Cuomo’s plan in 2012 to begin fracking in certain localities but not others drew support for those pinning the promise of economic development on the drilling industry, and drew rallies and protests by anti-frackers, who characterized the fracking trials as “sacrifice zones.” Cuomo has been mostly silent on the issue since then.
Not everybody shares Hang’s outlook. Some anti-fracking activists expect that New York’s ruling will not only discourage shale gas development in New York but will also encourage other municipalities throughout the country to establish land use restrictions. (See comments of Mary Ann Sumner, the Dryden Supervisor who helped organize the ban.) And Brad Gill, executive director of the Independent Oil and Gas Association of New York, called the court decision “one more nail in the coffin” for fracking in the state. Gill’s view, often echoed by other industry supporters, is that drill operators will be less likely to commit capital to area that lacks regulatory uniformity and predictability. There is truth to both of those views, but they overlook the fact that the industry, first and foremost, will follow the geology. Wildcaters, in particular, are likely to seek out niches in unexplored territories, like the Southern Tier of New York.
As with most policy calculations, science and law are fundamental factors, but politics will be the decider. The Legislature could pass a bill clarifying ambiguous language over the state’s role in extraction operations on which the Home Rule case was built. It’s also possible that the Legislature could ban fracking altogether, although anti-fracking bills passed repeatedly in the Assembly over the years are yet to fly in the Senate.

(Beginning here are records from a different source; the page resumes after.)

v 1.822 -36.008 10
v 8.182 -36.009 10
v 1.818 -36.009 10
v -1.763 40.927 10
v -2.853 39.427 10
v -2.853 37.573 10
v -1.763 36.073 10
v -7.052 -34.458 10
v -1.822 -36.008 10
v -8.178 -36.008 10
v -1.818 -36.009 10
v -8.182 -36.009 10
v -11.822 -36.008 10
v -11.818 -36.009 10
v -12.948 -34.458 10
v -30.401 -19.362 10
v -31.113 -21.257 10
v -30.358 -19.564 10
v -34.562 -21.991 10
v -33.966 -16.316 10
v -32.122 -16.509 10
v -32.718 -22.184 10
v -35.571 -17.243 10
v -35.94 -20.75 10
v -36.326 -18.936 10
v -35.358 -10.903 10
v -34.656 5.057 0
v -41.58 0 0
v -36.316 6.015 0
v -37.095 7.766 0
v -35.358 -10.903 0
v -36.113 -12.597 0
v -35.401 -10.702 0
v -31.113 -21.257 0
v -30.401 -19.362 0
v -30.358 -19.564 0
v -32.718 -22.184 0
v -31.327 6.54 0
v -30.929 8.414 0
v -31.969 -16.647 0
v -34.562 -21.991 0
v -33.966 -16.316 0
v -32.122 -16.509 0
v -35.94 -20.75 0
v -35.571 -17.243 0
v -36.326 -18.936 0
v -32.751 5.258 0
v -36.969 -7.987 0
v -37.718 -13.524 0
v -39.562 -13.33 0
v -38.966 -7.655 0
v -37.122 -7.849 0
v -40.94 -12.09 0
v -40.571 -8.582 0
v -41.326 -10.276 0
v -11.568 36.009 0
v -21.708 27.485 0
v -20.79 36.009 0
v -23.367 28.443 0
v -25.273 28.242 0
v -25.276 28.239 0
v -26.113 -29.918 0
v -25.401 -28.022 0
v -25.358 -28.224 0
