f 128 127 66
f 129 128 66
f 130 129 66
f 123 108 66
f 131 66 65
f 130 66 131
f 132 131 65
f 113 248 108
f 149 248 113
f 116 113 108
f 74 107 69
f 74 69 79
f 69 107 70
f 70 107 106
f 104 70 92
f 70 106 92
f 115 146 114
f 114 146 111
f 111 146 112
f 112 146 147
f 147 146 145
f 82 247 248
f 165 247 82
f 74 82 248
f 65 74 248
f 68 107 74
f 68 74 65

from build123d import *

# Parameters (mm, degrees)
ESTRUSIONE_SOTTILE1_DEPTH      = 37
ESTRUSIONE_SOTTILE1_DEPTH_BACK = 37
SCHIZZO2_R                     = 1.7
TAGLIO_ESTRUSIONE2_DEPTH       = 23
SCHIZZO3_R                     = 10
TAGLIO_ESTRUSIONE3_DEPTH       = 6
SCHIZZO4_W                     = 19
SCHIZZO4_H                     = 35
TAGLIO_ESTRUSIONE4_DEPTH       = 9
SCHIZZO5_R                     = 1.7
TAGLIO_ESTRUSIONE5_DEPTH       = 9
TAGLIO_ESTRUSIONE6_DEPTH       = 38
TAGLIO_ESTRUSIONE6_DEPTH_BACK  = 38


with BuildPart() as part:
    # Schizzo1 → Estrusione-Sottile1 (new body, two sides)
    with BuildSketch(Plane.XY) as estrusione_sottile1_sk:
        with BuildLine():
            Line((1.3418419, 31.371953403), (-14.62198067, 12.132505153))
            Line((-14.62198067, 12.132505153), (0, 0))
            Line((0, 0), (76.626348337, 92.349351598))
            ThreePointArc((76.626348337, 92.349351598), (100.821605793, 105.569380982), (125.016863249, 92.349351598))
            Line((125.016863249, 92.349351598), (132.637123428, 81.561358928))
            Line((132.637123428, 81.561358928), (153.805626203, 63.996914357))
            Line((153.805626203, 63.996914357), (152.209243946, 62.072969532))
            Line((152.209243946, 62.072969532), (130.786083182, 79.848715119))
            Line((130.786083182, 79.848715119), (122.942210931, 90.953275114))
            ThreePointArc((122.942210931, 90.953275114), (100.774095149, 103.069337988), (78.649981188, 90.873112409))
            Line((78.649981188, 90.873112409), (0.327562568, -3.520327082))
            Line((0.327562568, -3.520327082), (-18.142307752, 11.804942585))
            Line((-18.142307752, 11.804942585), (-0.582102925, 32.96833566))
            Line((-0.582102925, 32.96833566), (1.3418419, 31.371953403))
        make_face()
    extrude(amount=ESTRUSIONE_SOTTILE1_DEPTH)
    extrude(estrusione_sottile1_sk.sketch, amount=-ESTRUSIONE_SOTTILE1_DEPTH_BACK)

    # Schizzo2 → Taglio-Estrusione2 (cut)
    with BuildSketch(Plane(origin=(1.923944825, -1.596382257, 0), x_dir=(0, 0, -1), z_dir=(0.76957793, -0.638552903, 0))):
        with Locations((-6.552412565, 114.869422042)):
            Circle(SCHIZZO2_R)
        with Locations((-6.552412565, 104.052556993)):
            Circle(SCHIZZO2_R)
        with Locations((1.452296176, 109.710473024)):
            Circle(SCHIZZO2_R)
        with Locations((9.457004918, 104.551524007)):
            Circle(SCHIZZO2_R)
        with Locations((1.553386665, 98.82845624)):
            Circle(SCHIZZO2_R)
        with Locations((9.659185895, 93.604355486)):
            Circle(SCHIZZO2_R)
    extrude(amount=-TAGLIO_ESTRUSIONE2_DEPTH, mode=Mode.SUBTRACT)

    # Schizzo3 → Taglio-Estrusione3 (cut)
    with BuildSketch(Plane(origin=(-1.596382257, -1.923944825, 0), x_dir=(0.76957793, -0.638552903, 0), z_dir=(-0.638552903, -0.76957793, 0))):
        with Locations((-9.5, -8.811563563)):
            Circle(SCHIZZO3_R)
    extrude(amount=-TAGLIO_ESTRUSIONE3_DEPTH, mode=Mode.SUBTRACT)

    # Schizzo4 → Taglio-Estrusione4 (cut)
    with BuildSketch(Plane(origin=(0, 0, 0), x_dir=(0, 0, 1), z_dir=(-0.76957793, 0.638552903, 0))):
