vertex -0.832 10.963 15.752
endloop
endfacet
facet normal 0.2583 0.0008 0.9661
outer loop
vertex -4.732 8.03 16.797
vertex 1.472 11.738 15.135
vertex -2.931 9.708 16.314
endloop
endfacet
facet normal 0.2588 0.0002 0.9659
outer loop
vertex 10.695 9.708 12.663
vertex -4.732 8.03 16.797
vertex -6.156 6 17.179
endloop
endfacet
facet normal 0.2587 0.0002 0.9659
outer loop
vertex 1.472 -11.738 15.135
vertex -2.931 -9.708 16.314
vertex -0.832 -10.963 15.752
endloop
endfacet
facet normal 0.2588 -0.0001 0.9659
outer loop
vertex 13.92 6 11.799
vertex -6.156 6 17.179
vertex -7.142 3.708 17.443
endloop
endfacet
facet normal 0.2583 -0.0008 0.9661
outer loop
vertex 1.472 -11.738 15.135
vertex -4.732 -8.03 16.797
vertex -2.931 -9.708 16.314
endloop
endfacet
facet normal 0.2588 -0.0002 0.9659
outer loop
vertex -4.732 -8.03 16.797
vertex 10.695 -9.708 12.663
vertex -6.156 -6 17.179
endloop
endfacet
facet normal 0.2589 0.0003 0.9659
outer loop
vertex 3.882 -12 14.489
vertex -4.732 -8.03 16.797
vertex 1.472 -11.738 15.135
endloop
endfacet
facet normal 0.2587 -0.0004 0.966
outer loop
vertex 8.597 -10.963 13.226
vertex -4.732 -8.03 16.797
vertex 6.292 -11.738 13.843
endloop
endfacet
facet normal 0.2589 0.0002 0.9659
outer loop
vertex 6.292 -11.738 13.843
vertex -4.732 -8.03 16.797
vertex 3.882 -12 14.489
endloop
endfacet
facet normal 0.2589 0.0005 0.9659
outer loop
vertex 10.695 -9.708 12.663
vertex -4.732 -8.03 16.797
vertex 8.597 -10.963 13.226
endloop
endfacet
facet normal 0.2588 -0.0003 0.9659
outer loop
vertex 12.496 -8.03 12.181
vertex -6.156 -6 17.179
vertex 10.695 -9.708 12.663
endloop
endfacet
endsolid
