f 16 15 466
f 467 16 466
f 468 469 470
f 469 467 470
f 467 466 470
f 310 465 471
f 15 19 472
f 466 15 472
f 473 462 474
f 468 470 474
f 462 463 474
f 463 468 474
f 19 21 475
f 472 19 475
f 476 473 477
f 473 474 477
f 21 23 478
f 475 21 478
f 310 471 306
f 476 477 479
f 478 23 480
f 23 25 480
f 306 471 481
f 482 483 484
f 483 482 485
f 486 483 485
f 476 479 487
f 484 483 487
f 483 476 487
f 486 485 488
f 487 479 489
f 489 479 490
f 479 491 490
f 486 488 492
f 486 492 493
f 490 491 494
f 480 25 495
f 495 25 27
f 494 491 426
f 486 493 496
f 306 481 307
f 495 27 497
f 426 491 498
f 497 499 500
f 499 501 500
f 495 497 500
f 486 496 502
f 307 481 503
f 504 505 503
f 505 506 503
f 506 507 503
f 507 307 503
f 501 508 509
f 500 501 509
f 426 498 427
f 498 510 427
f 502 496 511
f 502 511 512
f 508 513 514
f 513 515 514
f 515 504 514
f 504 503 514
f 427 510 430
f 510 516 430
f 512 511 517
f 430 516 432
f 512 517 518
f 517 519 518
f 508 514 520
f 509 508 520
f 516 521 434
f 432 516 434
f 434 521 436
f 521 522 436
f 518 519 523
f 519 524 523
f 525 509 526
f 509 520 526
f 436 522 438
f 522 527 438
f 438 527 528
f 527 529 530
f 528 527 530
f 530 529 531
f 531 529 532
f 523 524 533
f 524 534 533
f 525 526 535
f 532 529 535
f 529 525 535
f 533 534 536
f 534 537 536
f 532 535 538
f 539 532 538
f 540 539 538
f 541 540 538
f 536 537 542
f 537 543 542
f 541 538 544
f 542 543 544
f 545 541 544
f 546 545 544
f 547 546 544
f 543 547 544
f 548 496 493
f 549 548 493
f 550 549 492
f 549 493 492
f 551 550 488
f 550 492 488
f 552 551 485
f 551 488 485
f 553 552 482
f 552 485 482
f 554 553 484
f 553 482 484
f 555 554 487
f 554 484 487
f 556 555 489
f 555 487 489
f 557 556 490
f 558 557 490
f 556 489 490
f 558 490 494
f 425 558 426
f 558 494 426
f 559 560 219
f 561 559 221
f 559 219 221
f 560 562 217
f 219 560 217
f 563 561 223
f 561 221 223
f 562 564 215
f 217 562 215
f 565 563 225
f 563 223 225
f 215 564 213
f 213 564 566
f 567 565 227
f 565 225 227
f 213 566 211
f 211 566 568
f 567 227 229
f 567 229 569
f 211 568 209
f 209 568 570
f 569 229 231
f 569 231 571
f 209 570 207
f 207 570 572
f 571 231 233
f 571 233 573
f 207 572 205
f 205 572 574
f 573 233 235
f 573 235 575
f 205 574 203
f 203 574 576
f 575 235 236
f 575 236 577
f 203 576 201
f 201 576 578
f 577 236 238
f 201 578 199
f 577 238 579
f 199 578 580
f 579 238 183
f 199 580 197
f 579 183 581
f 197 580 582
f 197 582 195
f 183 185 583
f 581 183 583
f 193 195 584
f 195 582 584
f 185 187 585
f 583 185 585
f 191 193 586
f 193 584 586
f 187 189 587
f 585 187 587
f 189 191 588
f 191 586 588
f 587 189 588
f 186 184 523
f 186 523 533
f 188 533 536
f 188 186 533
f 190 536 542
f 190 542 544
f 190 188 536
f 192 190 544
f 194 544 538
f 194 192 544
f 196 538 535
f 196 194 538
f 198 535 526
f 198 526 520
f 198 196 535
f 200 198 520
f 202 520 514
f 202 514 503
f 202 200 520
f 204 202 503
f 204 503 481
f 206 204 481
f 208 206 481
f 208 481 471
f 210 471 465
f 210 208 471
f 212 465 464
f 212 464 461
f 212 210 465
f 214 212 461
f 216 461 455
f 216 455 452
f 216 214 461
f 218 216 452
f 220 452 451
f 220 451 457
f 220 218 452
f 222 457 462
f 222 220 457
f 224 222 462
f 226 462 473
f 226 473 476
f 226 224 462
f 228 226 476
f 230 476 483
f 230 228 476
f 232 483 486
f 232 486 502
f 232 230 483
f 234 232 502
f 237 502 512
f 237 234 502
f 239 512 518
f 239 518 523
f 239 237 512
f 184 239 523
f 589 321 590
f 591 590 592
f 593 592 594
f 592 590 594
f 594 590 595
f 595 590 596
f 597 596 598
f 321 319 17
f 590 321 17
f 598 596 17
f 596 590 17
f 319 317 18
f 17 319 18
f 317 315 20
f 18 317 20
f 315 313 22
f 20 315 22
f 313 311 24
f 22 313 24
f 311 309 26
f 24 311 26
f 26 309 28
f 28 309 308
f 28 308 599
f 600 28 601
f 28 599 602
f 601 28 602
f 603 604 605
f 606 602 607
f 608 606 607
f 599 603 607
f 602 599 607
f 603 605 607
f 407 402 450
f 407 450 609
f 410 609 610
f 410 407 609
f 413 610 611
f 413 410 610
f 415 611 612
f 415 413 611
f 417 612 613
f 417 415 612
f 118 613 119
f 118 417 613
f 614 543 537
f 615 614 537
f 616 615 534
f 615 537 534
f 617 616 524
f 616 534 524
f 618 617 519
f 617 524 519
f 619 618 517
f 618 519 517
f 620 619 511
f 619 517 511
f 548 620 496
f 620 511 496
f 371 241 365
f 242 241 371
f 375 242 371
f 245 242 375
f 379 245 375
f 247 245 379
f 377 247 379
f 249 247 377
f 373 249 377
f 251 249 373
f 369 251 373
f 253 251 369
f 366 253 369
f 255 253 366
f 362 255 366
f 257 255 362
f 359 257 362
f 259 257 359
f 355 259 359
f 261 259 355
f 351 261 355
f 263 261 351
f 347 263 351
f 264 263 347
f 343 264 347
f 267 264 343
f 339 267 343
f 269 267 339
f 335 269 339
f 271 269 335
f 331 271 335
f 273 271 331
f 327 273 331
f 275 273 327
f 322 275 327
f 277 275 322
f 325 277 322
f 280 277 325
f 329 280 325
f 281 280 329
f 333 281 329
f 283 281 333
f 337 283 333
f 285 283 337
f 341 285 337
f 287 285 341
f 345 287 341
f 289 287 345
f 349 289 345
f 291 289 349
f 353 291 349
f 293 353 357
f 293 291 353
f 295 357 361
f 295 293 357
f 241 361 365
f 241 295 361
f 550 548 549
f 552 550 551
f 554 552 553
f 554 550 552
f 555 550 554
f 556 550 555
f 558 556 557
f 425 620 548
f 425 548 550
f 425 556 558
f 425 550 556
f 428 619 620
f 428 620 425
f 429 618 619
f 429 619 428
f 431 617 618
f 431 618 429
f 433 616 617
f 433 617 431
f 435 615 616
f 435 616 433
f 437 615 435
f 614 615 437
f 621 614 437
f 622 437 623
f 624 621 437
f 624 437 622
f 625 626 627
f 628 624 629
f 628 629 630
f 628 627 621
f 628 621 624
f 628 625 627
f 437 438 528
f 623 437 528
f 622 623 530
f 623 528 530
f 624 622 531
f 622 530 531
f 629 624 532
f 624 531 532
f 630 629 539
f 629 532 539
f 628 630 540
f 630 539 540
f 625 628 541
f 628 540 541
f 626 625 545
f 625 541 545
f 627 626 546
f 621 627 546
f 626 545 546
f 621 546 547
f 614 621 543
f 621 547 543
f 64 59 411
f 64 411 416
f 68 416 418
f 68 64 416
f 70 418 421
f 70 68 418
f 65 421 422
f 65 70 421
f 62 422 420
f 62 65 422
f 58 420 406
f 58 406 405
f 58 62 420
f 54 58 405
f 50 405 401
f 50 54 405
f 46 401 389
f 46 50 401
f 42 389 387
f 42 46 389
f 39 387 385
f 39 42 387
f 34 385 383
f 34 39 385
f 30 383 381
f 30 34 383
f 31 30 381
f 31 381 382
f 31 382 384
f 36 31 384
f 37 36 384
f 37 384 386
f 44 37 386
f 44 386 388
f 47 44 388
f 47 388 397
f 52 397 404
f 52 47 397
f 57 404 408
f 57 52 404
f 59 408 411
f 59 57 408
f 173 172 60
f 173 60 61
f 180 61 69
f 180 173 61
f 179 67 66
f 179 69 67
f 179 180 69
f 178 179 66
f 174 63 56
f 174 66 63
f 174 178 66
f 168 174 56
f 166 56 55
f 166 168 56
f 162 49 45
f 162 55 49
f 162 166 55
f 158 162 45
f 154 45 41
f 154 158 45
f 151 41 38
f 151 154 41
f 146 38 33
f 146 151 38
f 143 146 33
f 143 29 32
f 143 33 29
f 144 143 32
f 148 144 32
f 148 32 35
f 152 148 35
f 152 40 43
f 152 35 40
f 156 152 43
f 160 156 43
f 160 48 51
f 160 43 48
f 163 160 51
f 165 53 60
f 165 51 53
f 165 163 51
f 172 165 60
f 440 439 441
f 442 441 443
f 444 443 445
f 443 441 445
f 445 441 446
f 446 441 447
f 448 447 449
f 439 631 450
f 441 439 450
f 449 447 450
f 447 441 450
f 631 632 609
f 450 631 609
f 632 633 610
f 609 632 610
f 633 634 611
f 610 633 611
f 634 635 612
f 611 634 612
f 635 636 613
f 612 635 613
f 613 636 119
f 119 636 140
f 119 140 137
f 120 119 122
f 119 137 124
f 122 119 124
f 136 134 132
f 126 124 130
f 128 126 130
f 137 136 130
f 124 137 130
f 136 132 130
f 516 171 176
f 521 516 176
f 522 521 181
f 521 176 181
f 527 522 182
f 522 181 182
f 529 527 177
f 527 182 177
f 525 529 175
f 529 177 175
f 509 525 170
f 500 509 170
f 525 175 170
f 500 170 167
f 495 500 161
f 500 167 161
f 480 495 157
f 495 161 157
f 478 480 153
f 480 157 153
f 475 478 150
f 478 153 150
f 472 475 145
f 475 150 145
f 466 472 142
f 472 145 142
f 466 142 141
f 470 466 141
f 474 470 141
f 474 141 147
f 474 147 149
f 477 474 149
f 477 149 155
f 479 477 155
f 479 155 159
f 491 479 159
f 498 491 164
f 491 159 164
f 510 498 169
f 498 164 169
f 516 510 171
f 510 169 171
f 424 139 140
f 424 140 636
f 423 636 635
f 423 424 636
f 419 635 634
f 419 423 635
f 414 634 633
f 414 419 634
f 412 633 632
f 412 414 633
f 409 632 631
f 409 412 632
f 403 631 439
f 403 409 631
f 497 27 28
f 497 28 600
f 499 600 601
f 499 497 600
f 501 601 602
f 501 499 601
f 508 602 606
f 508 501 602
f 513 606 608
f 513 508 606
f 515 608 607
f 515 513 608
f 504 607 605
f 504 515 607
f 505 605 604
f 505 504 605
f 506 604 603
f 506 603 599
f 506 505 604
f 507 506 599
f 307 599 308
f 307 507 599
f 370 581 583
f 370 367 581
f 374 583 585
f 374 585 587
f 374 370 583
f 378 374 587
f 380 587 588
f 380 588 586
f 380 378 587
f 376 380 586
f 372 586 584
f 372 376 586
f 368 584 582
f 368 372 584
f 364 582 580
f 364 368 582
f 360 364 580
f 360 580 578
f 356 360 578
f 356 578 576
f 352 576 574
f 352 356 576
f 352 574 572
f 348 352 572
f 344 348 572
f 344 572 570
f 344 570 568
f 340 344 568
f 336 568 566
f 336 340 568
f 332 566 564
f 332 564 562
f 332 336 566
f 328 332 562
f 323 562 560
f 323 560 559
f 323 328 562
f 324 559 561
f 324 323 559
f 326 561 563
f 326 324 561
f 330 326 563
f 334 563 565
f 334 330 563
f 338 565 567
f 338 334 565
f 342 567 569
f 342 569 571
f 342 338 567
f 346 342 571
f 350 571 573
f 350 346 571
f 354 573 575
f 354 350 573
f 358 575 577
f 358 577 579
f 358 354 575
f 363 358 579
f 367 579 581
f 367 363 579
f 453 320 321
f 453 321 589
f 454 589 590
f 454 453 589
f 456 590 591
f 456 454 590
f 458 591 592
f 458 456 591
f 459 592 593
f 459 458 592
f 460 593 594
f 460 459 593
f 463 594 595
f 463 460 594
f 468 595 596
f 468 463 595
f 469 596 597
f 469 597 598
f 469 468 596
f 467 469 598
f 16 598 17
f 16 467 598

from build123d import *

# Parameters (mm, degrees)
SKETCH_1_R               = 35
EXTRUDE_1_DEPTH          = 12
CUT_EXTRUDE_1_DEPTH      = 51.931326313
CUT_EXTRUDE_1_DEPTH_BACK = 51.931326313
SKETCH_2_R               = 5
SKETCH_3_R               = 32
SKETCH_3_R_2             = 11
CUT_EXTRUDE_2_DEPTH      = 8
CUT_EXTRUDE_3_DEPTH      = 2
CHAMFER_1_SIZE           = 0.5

For now the decision remains firmly in the hands of the governor, who can at anytime enact or withdraw the policy review of fracking, called the Supplemental Generic Environmental Impact Statement. The 1,000-plus page document is as complicated and bureaucratic as its name suggests, and it's been on hold for years. Don’t expect that to happen before election. Rocking the boat on this hypersensitive issue would certainly alienate the governor’s progressive base. But after election-day, he has plenty of politic wiggle room and, with today’s Court of Appeals ruling, a clearer view of the legal landscape.